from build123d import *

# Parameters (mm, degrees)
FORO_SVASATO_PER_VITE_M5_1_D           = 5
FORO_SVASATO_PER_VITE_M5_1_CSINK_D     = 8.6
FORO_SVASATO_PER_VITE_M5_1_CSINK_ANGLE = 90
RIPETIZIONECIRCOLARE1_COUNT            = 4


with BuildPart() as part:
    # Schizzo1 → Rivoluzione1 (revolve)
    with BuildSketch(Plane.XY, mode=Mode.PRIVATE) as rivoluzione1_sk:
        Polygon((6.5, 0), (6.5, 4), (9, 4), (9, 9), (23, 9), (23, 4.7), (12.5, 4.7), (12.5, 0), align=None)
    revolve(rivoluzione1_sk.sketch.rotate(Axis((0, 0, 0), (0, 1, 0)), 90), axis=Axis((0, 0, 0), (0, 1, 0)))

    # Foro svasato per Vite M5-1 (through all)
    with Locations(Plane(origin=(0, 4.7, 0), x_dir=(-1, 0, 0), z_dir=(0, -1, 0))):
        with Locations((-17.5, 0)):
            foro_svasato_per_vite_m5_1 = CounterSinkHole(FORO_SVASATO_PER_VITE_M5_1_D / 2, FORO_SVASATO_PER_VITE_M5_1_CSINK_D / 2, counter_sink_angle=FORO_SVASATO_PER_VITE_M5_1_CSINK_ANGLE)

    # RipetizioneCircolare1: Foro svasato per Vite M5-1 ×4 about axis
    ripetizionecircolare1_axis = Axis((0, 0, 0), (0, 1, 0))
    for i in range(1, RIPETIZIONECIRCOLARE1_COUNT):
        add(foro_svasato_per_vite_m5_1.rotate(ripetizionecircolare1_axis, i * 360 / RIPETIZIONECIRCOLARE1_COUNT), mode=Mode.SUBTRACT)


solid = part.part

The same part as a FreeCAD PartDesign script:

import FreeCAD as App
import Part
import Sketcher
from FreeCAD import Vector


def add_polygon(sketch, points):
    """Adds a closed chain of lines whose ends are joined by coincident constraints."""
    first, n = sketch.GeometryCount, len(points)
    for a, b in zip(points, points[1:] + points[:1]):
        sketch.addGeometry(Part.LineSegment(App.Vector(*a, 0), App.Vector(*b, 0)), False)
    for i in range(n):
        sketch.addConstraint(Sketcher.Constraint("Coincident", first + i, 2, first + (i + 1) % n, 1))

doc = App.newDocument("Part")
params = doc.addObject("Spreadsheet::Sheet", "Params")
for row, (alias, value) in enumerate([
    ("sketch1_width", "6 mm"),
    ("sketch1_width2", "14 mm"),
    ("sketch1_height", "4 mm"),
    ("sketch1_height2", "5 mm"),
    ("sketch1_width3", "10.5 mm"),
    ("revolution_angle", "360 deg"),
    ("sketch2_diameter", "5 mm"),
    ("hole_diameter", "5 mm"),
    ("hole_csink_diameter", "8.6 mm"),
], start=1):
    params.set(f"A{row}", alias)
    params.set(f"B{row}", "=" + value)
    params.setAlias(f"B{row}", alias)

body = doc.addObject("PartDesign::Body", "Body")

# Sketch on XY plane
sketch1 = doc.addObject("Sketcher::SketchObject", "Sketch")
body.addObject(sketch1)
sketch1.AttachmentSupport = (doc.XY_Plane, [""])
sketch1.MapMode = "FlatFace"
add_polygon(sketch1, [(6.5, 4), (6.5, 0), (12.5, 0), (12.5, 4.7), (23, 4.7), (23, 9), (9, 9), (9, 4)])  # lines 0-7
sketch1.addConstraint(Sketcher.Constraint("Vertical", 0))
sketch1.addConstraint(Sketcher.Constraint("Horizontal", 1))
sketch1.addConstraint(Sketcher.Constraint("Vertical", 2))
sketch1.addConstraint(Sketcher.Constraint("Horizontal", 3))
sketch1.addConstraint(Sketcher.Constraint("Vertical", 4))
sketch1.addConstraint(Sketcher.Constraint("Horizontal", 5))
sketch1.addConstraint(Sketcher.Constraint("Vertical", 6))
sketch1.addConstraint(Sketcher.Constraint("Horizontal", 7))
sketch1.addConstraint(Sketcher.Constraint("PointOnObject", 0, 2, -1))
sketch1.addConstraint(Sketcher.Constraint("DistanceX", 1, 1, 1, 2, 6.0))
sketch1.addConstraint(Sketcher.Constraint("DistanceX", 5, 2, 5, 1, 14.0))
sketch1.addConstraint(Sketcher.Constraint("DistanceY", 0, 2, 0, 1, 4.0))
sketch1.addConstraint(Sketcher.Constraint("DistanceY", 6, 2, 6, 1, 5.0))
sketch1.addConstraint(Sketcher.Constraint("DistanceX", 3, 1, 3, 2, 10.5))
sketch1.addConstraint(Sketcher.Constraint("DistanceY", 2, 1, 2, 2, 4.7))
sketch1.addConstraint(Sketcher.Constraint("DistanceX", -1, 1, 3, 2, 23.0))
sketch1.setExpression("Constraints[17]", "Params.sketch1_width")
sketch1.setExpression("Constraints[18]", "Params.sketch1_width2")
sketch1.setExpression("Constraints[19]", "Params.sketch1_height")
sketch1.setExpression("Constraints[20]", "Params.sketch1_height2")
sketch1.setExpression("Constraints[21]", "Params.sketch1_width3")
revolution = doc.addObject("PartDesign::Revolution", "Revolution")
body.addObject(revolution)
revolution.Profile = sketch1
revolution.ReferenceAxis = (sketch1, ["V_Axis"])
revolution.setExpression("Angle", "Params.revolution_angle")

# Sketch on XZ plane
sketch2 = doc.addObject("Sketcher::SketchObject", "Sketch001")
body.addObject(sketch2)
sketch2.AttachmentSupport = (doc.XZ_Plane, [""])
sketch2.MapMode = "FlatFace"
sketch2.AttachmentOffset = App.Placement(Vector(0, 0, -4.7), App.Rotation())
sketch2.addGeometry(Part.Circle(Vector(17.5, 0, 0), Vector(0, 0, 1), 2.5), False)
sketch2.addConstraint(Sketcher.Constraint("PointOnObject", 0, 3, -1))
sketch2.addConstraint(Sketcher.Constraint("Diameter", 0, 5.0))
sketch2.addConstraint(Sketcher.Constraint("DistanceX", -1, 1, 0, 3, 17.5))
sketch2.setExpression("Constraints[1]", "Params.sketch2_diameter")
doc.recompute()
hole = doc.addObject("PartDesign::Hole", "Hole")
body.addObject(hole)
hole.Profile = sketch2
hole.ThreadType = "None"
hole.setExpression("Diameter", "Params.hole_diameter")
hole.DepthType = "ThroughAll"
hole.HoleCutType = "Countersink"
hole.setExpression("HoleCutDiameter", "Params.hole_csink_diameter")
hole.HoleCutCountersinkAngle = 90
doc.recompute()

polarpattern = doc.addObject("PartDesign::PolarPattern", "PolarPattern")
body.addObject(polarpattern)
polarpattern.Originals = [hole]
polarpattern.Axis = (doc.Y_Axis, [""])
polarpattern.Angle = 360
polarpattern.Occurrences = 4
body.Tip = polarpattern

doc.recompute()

REQUIRED WORK => Reproduce the whole listing verbatim, leaving every line as it was.

YOUR RESPONSE =>
from build123d import *

# Parameters (mm, degrees)
FORO_SVASATO_PER_VITE_M5_1_D           = 5
FORO_SVASATO_PER_VITE_M5_1_CSINK_D     = 8.6
FORO_SVASATO_PER_VITE_M5_1_CSINK_ANGLE = 90
RIPETIZIONECIRCOLARE1_COUNT            = 4


with BuildPart() as part:
    # Schizzo1 → Rivoluzione1 (revolve)
    with BuildSketch(Plane.XY, mode=Mode.PRIVATE) as rivoluzione1_sk:
        Polygon((6.5, 0), (6.5, 4), (9, 4), (9, 9), (23, 9), (23, 4.7), (12.5, 4.7), (12.5, 0), align=None)
    revolve(rivoluzione1_sk.sketch.rotate(Axis((0, 0, 0), (0, 1, 0)), 90), axis=Axis((0, 0, 0), (0, 1, 0)))

    # Foro svasato per Vite M5-1 (through all)
    with Locations(Plane(origin=(0, 4.7, 0), x_dir=(-1, 0, 0), z_dir=(0, -1, 0))):
        with Locations((-17.5, 0)):
            foro_svasato_per_vite_m5_1 = CounterSinkHole(FORO_SVASATO_PER_VITE_M5_1_D / 2, FORO_SVASATO_PER_VITE_M5_1_CSINK_D / 2, counter_sink_angle=FORO_SVASATO_PER_VITE_M5_1_CSINK_ANGLE)

    # RipetizioneCircolare1: Foro svasato per Vite M5-1 ×4 about axis
    ripetizionecircolare1_axis = Axis((0, 0, 0), (0, 1, 0))
    for i in range(1, RIPETIZIONECIRCOLARE1_COUNT):
        add(foro_svasato_per_vite_m5_1.rotate(ripetizionecircolare1_axis, i * 360 / RIPETIZIONECIRCOLARE1_COUNT), mode=Mode.SUBTRACT)


solid = part.part

The same part as a FreeCAD PartDesign script:

import FreeCAD as App
import Part
import Sketcher
from FreeCAD import Vector


def add_polygon(sketch, points):
    """Adds a closed chain of lines whose ends are joined by coincident constraints."""
    first, n = sketch.GeometryCount, len(points)
    for a, b in zip(points, points[1:] + points[:1]):
        sketch.addGeometry(Part.LineSegment(App.Vector(*a, 0), App.Vector(*b, 0)), False)
    for i in range(n):
        sketch.addConstraint(Sketcher.Constraint("Coincident", first + i, 2, first + (i + 1) % n, 1))

doc = App.newDocument("Part")
params = doc.addObject("Spreadsheet::Sheet", "Params")
for row, (alias, value) in enumerate([
    ("sketch1_width", "6 mm"),
    ("sketch1_width2", "14 mm"),
    ("sketch1_height", "4 mm"),
    ("sketch1_height2", "5 mm"),
    ("sketch1_width3", "10.5 mm"),
    ("revolution_angle", "360 deg"),
    ("sketch2_diameter", "5 mm"),
    ("hole_diameter", "5 mm"),
    ("hole_csink_diameter", "8.6 mm"),
], start=1):
    params.set(f"A{row}", alias)
    params.set(f"B{row}", "=" + value)
    params.setAlias(f"B{row}", alias)

body = doc.addObject("PartDesign::Body", "Body")

# Sketch on XY plane
sketch1 = doc.addObject("Sketcher::SketchObject", "Sketch")
body.addObject(sketch1)
sketch1.AttachmentSupport = (doc.XY_Plane, [""])
sketch1.MapMode = "FlatFace"
add_polygon(sketch1, [(6.5, 4), (6.5, 0), (12.5, 0), (12.5, 4.7), (23, 4.7), (23, 9), (9, 9), (9, 4)])  # lines 0-7
sketch1.addConstraint(Sketcher.Constraint("Vertical", 0))
sketch1.addConstraint(Sketcher.Constraint("Horizontal", 1))
sketch1.addConstraint(Sketcher.Constraint("Vertical", 2))
sketch1.addConstraint(Sketcher.Constraint("Horizontal", 3))
sketch1.addConstraint(Sketcher.Constraint("Vertical", 4))
sketch1.addConstraint(Sketcher.Constraint("Horizontal", 5))
sketch1.addConstraint(Sketcher.Constraint("Vertical", 6))
sketch1.addConstraint(Sketcher.Constraint("Horizontal", 7))
sketch1.addConstraint(Sketcher.Constraint("PointOnObject", 0, 2, -1))
sketch1.addConstraint(Sketcher.Constraint("DistanceX", 1, 1, 1, 2, 6.0))
sketch1.addConstraint(Sketcher.Constraint("DistanceX", 5, 2, 5, 1, 14.0))
sketch1.addConstraint(Sketcher.Constraint("DistanceY", 0, 2, 0, 1, 4.0))
sketch1.addConstraint(Sketcher.Constraint("DistanceY", 6, 2, 6, 1, 5.0))
sketch1.addConstraint(Sketcher.Constraint("DistanceX", 3, 1, 3, 2, 10.5))
sketch1.addConstraint(Sketcher.Constraint("DistanceY", 2, 1, 2, 2, 4.7))
sketch1.addConstraint(Sketcher.Constraint("DistanceX", -1, 1, 3, 2, 23.0))
sketch1.setExpression("Constraints[17]", "Params.sketch1_width")
sketch1.setExpression("Constraints[18]", "Params.sketch1_width2")
sketch1.setExpression("Constraints[19]", "Params.sketch1_height")
sketch1.setExpression("Constraints[20]", "Params.sketch1_height2")
sketch1.setExpression("Constraints[21]", "Params.sketch1_width3")
revolution = doc.addObject("PartDesign::Revolution", "Revolution")
body.addObject(revolution)
revolution.Profile = sketch1
revolution.ReferenceAxis = (sketch1, ["V_Axis"])
revolution.setExpression("Angle", "Params.revolution_angle")

# Sketch on XZ plane
sketch2 = doc.addObject("Sketcher::SketchObject", "Sketch001")
body.addObject(sketch2)
sketch2.AttachmentSupport = (doc.XZ_Plane, [""])
sketch2.MapMode = "FlatFace"
sketch2.AttachmentOffset = App.Placement(Vector(0, 0, -4.7), App.Rotation())
sketch2.addGeometry(Part.Circle(Vector(17.5, 0, 0), Vector(0, 0, 1), 2.5), False)
sketch2.addConstraint(Sketcher.Constraint("PointOnObject", 0, 3, -1))
sketch2.addConstraint(Sketcher.Constraint("Diameter", 0, 5.0))
sketch2.addConstraint(Sketcher.Constraint("DistanceX", -1, 1, 0, 3, 17.5))
sketch2.setExpression("Constraints[1]", "Params.sketch2_diameter")
doc.recompute()
hole = doc.addObject("PartDesign::Hole", "Hole")
body.addObject(hole)
hole.Profile = sketch2
hole.ThreadType = "None"
hole.setExpression("Diameter", "Params.hole_diameter")
hole.DepthType = "ThroughAll"
hole.HoleCutType = "Countersink"
hole.setExpression("HoleCutDiameter", "Params.hole_csink_diameter")
hole.HoleCutCountersinkAngle = 90
doc.recompute()

polarpattern = doc.addObject("PartDesign::PolarPattern", "PolarPattern")
body.addObject(polarpattern)
polarpattern.Originals = [hole]
polarpattern.Axis = (doc.Y_Axis, [""])
polarpattern.Angle = 360
polarpattern.Occurrences = 4
body.Tip = polarpattern

doc.recompute()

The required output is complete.